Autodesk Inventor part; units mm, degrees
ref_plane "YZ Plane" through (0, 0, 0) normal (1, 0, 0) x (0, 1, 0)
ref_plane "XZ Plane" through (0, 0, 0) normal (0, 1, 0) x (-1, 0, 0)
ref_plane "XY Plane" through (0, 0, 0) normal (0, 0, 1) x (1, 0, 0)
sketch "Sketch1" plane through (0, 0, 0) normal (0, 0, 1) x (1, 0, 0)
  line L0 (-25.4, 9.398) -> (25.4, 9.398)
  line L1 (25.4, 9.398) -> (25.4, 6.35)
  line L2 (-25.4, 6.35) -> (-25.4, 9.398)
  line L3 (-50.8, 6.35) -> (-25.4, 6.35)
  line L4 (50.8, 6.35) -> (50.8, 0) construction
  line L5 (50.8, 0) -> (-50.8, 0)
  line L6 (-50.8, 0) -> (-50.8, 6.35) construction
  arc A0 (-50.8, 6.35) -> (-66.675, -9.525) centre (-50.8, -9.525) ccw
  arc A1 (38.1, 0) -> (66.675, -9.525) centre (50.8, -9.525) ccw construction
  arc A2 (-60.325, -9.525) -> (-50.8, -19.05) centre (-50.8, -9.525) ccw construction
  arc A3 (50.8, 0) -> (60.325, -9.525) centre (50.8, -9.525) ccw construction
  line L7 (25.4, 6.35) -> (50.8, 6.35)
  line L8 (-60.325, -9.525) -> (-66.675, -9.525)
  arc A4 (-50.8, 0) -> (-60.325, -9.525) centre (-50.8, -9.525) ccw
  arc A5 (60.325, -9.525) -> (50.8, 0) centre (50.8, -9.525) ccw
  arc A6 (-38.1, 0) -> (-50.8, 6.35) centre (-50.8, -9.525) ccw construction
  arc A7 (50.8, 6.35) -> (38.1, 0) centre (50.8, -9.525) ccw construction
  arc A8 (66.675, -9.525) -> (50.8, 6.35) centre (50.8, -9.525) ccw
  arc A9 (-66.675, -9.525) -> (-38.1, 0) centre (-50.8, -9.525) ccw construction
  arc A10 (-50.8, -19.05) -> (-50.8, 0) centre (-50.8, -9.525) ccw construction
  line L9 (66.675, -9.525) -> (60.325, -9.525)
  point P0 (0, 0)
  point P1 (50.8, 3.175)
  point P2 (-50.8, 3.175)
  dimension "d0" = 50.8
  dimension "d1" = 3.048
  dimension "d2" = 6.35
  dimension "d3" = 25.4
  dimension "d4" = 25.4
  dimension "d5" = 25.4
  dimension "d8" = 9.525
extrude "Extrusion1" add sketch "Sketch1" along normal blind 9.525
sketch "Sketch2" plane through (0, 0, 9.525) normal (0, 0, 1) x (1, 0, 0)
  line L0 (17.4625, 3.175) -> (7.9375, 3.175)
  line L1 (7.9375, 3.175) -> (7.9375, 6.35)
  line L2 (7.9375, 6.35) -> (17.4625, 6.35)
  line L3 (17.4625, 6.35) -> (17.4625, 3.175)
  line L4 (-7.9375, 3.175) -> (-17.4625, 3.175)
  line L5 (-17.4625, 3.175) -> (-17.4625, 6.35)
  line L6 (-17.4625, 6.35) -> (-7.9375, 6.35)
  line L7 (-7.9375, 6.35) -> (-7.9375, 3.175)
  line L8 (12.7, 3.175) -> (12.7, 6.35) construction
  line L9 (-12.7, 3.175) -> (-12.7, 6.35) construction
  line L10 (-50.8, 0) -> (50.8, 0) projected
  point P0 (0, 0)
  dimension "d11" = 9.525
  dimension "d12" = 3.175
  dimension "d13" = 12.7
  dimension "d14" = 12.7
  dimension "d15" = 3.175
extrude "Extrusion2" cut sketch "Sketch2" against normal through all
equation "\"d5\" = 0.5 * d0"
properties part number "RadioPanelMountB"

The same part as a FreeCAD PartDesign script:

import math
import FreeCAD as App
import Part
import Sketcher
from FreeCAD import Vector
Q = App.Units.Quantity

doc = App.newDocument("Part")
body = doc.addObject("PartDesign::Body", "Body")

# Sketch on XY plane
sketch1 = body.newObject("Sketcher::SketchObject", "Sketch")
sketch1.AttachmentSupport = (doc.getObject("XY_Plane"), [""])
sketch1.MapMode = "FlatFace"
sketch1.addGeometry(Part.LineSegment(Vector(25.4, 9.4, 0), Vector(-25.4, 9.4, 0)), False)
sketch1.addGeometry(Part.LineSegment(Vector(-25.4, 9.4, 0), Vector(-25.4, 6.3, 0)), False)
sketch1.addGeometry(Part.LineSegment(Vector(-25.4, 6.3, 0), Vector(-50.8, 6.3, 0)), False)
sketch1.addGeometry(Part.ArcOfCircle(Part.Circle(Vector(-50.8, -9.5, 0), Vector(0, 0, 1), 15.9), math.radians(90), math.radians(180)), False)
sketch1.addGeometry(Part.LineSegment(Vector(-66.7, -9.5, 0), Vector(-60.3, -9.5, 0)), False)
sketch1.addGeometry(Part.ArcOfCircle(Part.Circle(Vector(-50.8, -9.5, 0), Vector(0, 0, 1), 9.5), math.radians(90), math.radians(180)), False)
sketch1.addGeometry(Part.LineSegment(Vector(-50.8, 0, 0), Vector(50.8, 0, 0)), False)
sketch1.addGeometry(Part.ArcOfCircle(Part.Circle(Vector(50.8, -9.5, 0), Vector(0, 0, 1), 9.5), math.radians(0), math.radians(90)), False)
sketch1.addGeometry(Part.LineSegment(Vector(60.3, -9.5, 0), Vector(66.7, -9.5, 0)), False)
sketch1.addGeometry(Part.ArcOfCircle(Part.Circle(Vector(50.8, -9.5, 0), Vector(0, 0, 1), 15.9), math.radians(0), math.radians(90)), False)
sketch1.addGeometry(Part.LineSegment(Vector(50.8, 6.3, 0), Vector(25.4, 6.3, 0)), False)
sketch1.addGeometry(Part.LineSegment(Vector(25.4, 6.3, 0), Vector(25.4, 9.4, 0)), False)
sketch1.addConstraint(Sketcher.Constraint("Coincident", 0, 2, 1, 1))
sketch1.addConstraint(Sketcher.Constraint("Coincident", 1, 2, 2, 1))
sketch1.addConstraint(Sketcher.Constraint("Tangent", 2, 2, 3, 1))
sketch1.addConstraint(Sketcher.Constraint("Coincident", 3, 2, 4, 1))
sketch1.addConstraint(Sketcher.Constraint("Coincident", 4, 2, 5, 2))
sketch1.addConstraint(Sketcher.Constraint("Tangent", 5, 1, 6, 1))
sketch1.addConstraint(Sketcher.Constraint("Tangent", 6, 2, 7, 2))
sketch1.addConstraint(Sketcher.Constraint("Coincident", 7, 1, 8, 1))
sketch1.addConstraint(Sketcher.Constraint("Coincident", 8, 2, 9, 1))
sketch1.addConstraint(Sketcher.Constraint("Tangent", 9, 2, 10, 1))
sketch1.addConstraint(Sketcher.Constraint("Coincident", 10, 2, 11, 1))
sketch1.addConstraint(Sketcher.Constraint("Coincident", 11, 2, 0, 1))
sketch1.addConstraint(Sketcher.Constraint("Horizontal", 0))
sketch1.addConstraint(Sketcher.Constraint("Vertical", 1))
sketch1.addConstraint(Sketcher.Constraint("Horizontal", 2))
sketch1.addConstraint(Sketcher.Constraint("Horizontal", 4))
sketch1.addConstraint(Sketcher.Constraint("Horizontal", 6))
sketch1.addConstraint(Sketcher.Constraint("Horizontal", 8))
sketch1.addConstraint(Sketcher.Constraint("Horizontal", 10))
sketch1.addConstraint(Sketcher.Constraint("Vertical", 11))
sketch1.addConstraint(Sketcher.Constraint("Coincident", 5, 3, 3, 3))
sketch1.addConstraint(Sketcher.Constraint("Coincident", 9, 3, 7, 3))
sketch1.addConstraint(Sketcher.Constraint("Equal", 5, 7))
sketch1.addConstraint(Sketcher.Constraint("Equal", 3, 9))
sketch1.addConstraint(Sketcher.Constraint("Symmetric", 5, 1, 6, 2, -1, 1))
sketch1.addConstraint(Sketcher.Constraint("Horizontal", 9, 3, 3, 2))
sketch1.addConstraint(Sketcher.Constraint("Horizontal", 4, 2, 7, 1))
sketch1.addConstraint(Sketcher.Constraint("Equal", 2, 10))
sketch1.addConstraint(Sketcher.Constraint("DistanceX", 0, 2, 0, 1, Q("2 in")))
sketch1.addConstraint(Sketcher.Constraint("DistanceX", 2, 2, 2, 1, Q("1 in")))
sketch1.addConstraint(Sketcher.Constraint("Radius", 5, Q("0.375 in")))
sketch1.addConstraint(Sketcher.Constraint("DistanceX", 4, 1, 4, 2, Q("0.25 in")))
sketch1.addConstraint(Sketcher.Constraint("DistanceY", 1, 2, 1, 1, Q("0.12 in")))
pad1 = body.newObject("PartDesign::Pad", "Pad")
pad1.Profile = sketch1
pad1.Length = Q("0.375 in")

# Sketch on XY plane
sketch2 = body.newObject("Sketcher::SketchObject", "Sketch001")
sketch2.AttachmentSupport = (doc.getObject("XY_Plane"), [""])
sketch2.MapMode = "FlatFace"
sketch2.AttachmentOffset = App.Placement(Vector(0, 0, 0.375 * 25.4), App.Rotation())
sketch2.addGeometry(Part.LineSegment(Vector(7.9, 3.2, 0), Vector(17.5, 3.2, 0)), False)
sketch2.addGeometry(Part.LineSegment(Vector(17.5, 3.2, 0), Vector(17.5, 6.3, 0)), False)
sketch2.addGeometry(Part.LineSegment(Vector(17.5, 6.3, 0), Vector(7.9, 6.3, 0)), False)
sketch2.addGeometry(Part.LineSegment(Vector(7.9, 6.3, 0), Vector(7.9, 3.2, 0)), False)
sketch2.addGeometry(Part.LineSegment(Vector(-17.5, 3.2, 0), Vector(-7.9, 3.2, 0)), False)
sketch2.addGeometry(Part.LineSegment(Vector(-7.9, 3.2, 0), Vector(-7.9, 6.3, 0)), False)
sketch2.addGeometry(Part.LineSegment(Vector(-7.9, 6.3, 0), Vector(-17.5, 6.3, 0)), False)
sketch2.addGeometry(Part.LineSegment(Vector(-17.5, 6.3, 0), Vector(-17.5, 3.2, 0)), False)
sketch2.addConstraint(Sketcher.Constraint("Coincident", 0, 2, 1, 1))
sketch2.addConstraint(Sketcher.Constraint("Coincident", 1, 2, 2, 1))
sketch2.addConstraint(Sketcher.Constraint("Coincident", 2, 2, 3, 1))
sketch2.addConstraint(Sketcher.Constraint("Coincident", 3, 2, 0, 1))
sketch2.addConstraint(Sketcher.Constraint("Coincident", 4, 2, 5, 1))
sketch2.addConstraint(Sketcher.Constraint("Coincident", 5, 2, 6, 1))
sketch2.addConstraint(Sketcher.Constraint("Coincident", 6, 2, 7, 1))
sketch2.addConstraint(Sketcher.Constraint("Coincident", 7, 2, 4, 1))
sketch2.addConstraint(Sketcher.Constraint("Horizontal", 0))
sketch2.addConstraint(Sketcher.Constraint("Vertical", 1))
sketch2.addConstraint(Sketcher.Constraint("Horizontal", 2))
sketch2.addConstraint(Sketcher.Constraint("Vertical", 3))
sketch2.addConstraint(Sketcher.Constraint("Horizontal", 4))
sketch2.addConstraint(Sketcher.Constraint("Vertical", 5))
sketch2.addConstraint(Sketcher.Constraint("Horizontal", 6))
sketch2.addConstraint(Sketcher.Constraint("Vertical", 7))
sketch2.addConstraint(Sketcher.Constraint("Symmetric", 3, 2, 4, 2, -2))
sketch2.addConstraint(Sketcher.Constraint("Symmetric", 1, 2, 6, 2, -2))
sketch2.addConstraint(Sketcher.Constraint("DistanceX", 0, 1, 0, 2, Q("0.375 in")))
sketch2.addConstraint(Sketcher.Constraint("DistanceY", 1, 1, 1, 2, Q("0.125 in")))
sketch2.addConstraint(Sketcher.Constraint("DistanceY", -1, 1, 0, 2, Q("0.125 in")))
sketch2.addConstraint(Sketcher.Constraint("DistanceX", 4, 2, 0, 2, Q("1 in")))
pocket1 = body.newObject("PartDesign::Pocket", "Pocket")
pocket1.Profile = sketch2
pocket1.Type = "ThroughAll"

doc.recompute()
---------------
- Your objective: Set down, from the entries above, exactly the lines from the one with "0) x (0, 1, 0)" up to and including the one with "arc A4 (-50.8, 0)", and no other lines.

- Written answer:
ref_plane "YZ Plane" through (0, 0, 0) normal (1, 0, 0) x (0, 1, 0)
ref_plane "XZ Plane" through (0, 0, 0) normal (0, 1, 0) x (-1, 0, 0)
ref_plane "XY Plane" through (0, 0, 0) normal (0, 0, 1) x (1, 0, 0)
sketch "Sketch1" plane through (0, 0, 0) normal (0, 0, 1) x (1, 0, 0)
  line L0 (-25.4, 9.398) -> (25.4, 9.398)
  line L1 (25.4, 9.398) -> (25.4, 6.35)
  line L2 (-25.4, 6.35) -> (-25.4, 9.398)
  line L3 (-50.8, 6.35) -> (-25.4, 6.35)
  line L4 (50.8, 6.35) -> (50.8, 0) construction
  line L5 (50.8, 0) -> (-50.8, 0)
  line L6 (-50.8, 0) -> (-50.8, 6.35) construction
  arc A0 (-50.8, 6.35) -> (-66.675, -9.525) centre (-50.8, -9.525) ccw
  arc A1 (38.1, 0) -> (66.675, -9.525) centre (50.8, -9.525) ccw construction
  arc A2 (-60.325, -9.525) -> (-50.8, -19.05) centre (-50.8, -9.525) ccw construction
  arc A3 (50.8, 0) -> (60.325, -9.525) centre (50.8, -9.525) ccw construction
  line L7 (25.4, 6.35) -> (50.8, 6.35)
  line L8 (-60.325, -9.525) -> (-66.675, -9.525)
  arc A4 (-50.8, 0) -> (-60.325, -9.525) centre (-50.8, -9.525) ccw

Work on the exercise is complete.